Peta, Jackie, and the woman from The Truth waited in the van with Leonard Nichols, who had calmed down a bit, and Mrs. Souza, who had brought her knitting bag and was working on a sock.

Peta called the campaign office. Tim said the C.E. pickup van had been reassigned to Rye when the Rye van went to Eatontown. The van for Eatontown had thrown a rod on 95, and the van from Portsmouth, dispatched to get the stranded voters, took them by mistake to Rye.

“But everything’s on track again,” said Tim, “except for Exeter.”

By then it was clear: the VP’s operation was a shambles.

Peta heard snoring. It was Mrs. Souza.

The senator’s van pulled up, unloaded, and pulled out again. The senator’s brisk and chipper volunteers made three trips while Peta and the others sat there waiting.

Leonard Nichols said, “Maybe we should send somebody in, tell them to hurry up.”

“They’re voting, not shopping,” Peta said. “You wait in line, you vote, you get a cookie and you leave. There’s no way to ‘hurry up.’”

The van was beginning to feel cramped.

Leonard Nichols said, “You promised me a ride to Willingboro.”

“No we didn’t,” Peta said. “We said the pickup van might possibly have time to go all the way to Willingboro, though it isn’t very likely when you think about it, Leonard, because Willingboro’s thirty freaking miles from here. Jesus, buddy, take a bus.”

“I missed the bus to vote,” Leonard Nichols said. “I can’t be late for this interview. I really need this job.”
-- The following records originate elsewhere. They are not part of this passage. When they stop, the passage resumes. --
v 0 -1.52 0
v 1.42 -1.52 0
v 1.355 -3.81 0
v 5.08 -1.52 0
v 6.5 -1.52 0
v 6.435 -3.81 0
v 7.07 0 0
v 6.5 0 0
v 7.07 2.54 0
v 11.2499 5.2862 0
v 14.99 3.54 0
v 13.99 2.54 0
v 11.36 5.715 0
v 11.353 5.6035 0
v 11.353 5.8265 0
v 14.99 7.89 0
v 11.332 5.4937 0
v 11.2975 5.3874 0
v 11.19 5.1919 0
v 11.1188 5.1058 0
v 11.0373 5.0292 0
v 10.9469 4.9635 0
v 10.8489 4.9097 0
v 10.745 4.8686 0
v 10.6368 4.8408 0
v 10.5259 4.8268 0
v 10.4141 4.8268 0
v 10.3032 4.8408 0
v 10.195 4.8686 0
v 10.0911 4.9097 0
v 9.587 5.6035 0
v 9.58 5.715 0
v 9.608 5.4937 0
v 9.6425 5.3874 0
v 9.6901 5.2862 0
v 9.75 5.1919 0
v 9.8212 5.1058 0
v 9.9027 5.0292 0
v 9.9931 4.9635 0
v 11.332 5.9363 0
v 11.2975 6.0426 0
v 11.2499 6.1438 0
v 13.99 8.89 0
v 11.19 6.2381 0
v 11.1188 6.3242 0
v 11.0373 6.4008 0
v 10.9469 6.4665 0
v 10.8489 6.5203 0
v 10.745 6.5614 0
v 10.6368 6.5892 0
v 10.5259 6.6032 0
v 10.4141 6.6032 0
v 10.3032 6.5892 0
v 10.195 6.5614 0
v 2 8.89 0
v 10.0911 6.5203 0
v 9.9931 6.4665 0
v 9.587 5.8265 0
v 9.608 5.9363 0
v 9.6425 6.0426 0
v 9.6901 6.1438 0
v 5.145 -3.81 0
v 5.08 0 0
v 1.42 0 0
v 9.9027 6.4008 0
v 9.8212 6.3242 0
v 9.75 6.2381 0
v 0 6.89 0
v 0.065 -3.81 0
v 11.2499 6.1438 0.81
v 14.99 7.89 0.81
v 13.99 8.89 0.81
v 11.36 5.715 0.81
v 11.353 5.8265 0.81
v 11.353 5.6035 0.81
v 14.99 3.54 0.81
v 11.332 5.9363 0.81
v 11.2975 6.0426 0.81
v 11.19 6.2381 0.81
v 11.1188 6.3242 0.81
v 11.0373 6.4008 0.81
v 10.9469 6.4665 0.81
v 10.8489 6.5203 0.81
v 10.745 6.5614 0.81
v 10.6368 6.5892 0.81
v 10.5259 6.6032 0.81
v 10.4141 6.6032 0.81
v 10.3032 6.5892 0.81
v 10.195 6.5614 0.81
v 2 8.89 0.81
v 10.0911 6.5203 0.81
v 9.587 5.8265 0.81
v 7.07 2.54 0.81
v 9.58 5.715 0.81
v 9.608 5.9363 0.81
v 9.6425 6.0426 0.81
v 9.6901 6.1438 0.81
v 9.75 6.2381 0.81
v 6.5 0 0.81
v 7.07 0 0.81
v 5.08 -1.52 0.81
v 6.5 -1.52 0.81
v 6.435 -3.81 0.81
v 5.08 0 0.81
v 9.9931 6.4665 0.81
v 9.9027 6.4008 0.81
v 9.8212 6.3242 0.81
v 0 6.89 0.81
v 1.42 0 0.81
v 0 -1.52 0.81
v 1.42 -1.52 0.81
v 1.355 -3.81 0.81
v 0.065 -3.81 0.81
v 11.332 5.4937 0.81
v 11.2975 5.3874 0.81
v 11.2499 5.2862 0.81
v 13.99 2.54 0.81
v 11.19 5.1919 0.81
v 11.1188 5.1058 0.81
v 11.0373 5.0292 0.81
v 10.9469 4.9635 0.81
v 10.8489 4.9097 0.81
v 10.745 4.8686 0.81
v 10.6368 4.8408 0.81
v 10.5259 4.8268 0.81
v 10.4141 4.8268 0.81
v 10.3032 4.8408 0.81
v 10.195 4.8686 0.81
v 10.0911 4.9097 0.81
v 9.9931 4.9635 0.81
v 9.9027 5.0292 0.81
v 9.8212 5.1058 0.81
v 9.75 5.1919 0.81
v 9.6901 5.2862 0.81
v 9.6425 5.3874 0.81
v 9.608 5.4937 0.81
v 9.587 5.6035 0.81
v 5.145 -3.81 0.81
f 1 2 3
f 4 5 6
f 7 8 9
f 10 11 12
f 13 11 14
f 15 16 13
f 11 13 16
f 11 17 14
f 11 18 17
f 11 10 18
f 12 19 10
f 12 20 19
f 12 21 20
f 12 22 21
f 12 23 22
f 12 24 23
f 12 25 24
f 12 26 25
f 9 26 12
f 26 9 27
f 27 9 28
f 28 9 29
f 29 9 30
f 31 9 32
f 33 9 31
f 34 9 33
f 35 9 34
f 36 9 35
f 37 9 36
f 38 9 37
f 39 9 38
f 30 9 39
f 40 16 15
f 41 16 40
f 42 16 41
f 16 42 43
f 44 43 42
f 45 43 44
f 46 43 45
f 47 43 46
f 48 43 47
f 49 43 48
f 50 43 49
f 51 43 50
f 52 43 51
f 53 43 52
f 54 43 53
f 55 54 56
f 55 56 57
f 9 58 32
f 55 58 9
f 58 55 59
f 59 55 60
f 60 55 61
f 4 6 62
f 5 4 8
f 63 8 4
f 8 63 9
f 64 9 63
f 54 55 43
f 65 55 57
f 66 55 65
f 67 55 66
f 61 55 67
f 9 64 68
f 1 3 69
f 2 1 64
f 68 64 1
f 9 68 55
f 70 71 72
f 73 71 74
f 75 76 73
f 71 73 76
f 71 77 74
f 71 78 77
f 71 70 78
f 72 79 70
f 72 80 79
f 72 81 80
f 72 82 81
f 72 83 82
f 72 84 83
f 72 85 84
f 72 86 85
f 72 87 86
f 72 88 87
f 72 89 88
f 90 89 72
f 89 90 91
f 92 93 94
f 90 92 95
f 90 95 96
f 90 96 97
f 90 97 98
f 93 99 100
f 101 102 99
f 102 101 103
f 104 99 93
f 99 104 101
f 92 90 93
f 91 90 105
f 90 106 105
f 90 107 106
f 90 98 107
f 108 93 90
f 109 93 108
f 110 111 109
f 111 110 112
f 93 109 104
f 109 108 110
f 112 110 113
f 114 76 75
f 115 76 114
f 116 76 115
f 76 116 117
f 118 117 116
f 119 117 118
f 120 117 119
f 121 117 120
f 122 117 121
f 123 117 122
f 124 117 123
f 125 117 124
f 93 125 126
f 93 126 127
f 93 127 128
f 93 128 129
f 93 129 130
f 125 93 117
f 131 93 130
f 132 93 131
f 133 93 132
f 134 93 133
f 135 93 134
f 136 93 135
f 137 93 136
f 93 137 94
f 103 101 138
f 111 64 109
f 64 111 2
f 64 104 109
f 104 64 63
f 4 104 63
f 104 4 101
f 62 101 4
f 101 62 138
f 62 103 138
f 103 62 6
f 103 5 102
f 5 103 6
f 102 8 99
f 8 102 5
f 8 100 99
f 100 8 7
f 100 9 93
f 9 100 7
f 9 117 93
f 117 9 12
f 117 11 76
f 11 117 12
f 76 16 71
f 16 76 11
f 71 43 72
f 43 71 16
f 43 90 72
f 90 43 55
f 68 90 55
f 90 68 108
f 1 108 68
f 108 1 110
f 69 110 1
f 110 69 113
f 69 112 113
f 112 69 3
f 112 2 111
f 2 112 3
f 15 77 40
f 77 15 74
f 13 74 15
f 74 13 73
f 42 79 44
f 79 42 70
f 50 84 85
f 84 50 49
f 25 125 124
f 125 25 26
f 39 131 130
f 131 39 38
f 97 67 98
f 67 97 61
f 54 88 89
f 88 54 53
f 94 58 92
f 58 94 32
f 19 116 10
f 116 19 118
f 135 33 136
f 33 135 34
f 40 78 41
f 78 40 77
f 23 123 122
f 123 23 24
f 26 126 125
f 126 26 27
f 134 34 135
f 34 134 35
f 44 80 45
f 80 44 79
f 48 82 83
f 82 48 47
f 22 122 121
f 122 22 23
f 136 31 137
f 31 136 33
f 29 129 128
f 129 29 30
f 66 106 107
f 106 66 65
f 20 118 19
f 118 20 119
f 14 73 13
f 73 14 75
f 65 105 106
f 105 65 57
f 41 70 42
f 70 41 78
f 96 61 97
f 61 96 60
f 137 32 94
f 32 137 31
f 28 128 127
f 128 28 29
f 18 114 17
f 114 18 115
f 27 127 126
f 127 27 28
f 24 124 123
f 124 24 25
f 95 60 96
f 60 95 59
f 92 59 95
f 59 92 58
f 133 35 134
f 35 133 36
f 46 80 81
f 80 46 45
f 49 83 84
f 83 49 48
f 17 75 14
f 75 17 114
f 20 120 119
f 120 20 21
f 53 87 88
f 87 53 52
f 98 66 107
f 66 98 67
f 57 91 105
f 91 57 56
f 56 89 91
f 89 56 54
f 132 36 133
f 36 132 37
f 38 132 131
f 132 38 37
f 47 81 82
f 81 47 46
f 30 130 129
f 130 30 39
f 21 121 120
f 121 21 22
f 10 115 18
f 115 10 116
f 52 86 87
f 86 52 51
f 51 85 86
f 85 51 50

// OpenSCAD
// Keystone 4966 Right Angle Spade Terminal model
//
// Based on https://www.mouser.com/datasheet/2/215/4966-743260.pdf

thickness = 0.81;

full_width = 14.99;
from_pcb_height = 8.89;

rear_chamfer_size = 2;
front_chamfer_size = 1;

spade_width = 7.92;
spade_height = 6.35;

pin_height = 3.81;
pin_height_straight = 1.52;
pin_width_top = 1.42;
pin_width_bottom = 1.29;
pin_spacing = 5.08;

hole_dia = 1.78;
hole_offset = 4.52;

overcut = 0.1;

module mainBody() {
    linear_extrude(height = thickness) {
        polygon(points=[
        
            // terminal body
            [0, 0],
            [0, from_pcb_height-rear_chamfer_size],
            [rear_chamfer_size, from_pcb_height],
            [full_width-front_chamfer_size, from_pcb_height],
            [full_width, from_pcb_height-front_chamfer_size],
            [full_width, from_pcb_height-spade_height+front_chamfer_size],
            [full_width-front_chamfer_size, from_pcb_height-spade_height],
            [full_width-spade_width, from_pcb_height-spade_height],
            [full_width-spade_width, 0],
        
            // forward pin
            [pin_spacing+pin_width_top, 0],
            [pin_spacing+pin_width_top, -pin_height_straight],
            [pin_spacing+pin_width_top-0.5*(pin_width_top-pin_width_bottom), -pin_height],
            [pin_spacing+0.5*(pin_width_top-pin_width_bottom), -pin_height],
            [pin_spacing, -pin_height_straight],
            [pin_spacing, 0],
        
            // rear pin
            [pin_width_top, 0],
            [pin_width_top, -pin_height_straight],
            [pin_width_top-0.5*(pin_width_top-pin_width_bottom), -pin_height],
            [0.5*(pin_width_top-pin_width_bottom), -pin_height],
            [0, -pin_height_straight],
        ]);
    }
}

module hole() {
    translate([full_width-hole_offset, from_pcb_height-0.5*spade_height, -overcut])
        cylinder(d=hole_dia, h=thickness+2*overcut, $fn=50);
}

module terminal() {
    difference() {
        mainBody();
        hole();
    }
}

terminal();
“Want a fruit drink?” Peta asked.

“No, I want a job. I’m a skilled mechanic. I can break an engine out like nobody’s business. Don’t roll your eyes at me, you stuck-up bitch. I’m a piece of shit, I guess, until your Saab breaks down.”

Jackie said, “Enough of that. Leonard, I’m surprised at you.”

James Fagan came down the steps of the nature center. He said that Nadine Clanksy was almost finished. “I saw her with a cookie. Freilinghuysen’s going to be a little longer. I think he’s doing write-ins. He was going booth to booth, trying to borrow a pen.”

“Where’s Mr. Grosjean?”

“They’re looking for him now. They know he checked in, because his name is checked off. They’re peeking under the curtains, looking for his shoes, trying to figure out which booth he’s in.”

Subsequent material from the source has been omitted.